### WHAT THE TASK ASKS
Which lines of the data contain the string "Locations"? Copy every one.

### MATERIAL PROVIDED
******************************

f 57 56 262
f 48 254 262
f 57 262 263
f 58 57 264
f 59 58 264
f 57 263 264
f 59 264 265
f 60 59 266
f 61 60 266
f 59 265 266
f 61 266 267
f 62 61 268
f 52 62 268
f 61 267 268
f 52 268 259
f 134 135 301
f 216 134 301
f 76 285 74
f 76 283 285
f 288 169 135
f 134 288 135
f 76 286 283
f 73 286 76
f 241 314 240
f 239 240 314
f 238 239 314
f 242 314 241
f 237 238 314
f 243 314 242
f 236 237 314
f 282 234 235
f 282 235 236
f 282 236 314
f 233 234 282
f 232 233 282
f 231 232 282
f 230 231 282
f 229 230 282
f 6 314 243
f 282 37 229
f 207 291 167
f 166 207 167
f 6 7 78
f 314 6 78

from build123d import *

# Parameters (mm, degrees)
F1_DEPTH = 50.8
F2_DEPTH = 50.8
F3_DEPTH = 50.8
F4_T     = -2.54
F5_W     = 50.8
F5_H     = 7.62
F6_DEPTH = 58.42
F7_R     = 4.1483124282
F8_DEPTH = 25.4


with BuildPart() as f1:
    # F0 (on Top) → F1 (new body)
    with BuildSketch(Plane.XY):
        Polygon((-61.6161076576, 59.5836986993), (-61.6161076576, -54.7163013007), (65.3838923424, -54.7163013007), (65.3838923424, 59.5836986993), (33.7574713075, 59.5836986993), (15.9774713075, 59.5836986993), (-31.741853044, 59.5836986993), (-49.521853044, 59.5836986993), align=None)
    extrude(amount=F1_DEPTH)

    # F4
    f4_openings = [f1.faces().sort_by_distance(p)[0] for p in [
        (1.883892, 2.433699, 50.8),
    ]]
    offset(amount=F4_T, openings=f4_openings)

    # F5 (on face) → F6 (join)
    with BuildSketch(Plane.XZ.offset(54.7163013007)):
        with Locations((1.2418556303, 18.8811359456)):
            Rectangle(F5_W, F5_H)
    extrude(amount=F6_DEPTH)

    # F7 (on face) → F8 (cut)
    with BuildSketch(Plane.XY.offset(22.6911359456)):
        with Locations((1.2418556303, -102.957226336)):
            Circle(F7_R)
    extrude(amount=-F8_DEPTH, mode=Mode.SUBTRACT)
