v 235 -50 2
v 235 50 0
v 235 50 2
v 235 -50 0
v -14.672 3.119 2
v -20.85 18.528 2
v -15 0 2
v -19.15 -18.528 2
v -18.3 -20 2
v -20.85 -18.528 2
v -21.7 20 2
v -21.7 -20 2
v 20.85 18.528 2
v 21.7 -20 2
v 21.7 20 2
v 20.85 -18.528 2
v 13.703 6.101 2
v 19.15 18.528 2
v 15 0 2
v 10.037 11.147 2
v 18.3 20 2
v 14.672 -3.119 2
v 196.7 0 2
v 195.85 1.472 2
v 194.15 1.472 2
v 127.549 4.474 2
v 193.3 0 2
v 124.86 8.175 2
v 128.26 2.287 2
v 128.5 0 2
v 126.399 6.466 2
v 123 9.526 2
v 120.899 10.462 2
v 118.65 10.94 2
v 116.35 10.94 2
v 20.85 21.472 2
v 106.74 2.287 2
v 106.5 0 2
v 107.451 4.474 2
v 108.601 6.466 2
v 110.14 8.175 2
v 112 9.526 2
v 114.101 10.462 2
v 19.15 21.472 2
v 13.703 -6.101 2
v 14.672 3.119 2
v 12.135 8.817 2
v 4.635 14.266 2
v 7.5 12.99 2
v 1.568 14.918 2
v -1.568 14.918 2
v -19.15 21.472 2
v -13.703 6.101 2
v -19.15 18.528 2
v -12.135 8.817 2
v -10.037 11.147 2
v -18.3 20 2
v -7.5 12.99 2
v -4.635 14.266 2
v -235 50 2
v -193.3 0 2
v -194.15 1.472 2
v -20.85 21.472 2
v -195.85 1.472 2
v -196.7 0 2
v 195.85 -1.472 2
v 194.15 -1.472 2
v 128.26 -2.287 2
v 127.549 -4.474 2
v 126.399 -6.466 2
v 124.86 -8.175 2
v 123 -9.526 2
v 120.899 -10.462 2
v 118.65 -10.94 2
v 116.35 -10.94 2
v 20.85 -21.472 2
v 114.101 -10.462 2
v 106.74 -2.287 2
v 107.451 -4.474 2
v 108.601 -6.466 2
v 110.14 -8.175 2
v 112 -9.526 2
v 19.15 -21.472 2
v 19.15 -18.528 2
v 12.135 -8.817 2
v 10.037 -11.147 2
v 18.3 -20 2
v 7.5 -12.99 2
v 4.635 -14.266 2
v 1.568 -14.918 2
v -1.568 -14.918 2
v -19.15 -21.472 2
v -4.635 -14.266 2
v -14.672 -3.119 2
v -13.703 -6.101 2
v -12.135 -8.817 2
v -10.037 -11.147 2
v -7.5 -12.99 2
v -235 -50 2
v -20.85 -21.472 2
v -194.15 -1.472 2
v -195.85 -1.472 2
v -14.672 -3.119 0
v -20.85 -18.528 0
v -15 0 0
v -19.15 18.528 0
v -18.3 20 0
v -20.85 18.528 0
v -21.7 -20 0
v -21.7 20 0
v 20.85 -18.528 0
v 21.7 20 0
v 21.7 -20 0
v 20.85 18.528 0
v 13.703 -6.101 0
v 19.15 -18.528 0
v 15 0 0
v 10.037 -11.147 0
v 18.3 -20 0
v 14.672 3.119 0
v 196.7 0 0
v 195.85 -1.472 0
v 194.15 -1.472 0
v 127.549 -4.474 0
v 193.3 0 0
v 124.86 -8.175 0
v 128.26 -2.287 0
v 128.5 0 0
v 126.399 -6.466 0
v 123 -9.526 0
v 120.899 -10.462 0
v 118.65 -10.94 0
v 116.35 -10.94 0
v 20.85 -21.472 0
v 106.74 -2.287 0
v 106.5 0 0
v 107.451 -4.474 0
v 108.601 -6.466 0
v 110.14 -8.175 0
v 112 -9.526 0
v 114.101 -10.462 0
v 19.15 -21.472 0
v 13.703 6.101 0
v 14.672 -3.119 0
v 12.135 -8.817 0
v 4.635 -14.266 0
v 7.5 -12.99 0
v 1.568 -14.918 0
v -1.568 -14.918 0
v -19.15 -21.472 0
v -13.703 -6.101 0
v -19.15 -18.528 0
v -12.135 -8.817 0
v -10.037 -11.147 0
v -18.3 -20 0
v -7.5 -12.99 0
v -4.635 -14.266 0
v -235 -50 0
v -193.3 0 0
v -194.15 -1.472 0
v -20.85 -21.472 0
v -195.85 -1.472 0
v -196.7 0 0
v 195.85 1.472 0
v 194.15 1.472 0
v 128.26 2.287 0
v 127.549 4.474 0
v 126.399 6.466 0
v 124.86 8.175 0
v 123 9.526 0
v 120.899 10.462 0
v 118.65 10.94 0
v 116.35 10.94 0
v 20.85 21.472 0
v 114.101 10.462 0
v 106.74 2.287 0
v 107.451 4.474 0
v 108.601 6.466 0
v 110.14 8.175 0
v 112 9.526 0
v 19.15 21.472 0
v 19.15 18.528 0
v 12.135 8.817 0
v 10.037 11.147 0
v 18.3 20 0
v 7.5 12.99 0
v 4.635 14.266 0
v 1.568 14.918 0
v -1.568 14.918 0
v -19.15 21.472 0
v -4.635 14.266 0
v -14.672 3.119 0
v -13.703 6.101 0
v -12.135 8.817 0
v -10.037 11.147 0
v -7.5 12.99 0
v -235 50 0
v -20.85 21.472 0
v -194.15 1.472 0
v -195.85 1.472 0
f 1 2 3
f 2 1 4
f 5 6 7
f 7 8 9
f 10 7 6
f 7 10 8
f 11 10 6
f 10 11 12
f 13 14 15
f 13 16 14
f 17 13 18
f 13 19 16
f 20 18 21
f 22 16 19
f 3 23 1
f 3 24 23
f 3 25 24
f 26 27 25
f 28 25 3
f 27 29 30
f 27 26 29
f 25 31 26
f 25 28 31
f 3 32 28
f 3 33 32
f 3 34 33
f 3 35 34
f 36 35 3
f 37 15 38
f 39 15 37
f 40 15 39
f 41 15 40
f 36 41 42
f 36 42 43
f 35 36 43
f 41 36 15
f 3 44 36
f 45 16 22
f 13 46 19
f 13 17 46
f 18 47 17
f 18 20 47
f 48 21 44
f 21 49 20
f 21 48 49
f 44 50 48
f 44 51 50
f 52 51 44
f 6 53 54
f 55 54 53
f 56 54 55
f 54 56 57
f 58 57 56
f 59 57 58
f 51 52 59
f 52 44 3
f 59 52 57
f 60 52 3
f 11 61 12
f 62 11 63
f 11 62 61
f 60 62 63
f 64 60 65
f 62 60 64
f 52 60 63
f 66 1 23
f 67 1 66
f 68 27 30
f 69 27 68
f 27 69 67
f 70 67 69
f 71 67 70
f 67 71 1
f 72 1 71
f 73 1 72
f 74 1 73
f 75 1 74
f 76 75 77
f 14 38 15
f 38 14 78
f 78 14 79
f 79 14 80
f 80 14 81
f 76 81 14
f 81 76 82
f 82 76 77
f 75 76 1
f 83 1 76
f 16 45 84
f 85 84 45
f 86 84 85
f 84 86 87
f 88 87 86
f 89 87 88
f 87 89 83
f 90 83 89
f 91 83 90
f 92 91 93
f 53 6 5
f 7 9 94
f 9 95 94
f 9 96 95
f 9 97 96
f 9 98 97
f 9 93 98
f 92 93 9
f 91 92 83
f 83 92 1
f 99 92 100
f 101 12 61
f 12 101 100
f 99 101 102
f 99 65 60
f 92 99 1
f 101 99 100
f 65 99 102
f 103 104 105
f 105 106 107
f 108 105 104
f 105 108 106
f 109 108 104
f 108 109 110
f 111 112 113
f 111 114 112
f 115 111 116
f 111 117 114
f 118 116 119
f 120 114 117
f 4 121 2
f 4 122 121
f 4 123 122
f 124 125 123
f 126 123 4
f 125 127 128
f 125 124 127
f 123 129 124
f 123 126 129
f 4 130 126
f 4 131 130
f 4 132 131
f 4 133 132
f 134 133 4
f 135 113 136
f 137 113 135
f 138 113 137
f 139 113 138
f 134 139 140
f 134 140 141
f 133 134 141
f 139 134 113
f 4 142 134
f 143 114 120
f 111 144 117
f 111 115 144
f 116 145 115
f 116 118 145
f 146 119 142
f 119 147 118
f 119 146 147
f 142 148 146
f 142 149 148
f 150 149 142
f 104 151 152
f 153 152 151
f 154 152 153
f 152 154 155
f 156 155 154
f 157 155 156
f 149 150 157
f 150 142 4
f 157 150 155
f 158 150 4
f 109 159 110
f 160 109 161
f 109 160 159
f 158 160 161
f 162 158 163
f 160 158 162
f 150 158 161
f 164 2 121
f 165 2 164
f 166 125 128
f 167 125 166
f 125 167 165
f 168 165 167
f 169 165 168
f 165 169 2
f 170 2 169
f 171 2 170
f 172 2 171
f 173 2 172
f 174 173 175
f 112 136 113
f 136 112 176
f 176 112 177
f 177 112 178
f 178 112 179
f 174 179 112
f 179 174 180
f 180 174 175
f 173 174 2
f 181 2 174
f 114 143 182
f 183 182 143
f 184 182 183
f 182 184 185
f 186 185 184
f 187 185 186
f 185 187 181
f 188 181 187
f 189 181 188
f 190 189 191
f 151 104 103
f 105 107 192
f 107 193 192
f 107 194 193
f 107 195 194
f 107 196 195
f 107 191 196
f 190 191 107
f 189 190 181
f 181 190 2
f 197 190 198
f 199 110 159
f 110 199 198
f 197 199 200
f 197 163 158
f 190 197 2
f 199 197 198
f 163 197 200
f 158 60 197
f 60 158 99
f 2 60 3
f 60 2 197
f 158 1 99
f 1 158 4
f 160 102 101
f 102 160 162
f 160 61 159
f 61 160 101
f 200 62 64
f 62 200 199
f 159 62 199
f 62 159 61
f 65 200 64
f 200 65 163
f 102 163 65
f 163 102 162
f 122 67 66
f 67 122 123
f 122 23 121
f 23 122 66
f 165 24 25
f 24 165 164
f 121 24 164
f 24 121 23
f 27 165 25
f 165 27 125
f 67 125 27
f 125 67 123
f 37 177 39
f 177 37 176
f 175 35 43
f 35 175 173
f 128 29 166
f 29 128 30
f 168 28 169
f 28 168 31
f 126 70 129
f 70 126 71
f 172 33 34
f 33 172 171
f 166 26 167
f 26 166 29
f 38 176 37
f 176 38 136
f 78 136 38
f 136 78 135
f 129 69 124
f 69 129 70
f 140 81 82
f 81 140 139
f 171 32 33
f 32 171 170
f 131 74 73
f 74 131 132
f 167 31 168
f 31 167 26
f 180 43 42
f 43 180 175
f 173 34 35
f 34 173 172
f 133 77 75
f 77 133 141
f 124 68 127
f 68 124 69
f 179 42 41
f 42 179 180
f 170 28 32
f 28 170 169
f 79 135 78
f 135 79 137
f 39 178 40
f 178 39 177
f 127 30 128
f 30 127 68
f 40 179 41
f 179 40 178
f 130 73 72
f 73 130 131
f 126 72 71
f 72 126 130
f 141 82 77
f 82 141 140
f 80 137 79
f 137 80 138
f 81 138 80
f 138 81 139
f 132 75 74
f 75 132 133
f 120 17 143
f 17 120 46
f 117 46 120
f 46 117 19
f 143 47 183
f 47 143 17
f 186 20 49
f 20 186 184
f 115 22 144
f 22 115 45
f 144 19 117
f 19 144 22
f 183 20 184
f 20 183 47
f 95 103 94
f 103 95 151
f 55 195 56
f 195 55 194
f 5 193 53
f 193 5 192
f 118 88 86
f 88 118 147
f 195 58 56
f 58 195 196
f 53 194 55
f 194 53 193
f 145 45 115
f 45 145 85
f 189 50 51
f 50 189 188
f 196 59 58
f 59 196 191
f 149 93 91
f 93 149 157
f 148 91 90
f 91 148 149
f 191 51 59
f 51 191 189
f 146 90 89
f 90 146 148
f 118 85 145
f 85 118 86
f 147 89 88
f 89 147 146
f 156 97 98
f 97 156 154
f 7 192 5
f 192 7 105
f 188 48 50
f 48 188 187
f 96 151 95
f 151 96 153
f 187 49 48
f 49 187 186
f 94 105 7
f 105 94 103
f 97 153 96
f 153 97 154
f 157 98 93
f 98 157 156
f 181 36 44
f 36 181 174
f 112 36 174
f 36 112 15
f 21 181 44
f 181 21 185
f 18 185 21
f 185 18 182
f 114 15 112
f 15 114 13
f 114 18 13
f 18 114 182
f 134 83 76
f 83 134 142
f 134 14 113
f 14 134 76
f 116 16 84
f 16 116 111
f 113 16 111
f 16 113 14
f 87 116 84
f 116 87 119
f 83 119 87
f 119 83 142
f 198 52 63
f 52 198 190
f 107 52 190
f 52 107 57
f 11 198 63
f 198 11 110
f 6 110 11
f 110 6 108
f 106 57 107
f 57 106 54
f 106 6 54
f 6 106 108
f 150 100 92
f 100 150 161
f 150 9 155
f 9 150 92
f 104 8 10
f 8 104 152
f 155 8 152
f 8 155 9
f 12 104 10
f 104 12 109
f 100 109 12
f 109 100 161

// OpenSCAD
// file: Bohrung.scad
// Andre Betz
// github@AndreBetz.de
SchraubeM2 = 2.4;
SchraubeM3 = 3.4;

module Bohrloch(Durchmesser,posX,posY,Hoehe) 
{
    translate([posX,posY,-1])
        cylinder(
            Hoehe,
            Durchmesser/2,
            Durchmesser/2,
            center = false);
}
// main file
// Andre Betz
// github@AndreBetz.de
include <Bohrung.scad>

module MotorHalterung()
{
    Laenge = 470;
    Breite = 100;
    Hoehe  = 2;
    MotorWelle = 30;
    MotorBefAbstand = 40;
    TempSensorD = 22;
    
    difference() 
    {
        translate([-Laenge/2,-Breite/2,0])
            cube([Laenge,Breite,Hoehe]);
        
        Bohrloch(SchraubeM3,-Laenge/2+40,0,Hoehe*3);
        Bohrloch(SchraubeM3, Laenge/2-40,0,Hoehe*3);
        
        Bohrloch(TempSensorD, Laenge/4,0,Hoehe*3);

        Bohrloch(MotorWelle, 0,0,Hoehe*3);
        Bohrloch(SchraubeM3,  MotorBefAbstand/2, MotorBefAbstand/2,Hoehe*3);
        Bohrloch(SchraubeM3,  MotorBefAbstand/2,-MotorBefAbstand/2,Hoehe*3);
        Bohrloch(SchraubeM3, -MotorBefAbstand/2, MotorBefAbstand/2,Hoehe*3);
        Bohrloch(SchraubeM3, -MotorBefAbstand/2,-MotorBefAbstand/2,Hoehe*3);
    }
}

MotorHalterung();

******************************

### COMPLETED TASK
        with Locations((1.2418556303, 18.8811359456)):
        with Locations((1.2418556303, -102.957226336)):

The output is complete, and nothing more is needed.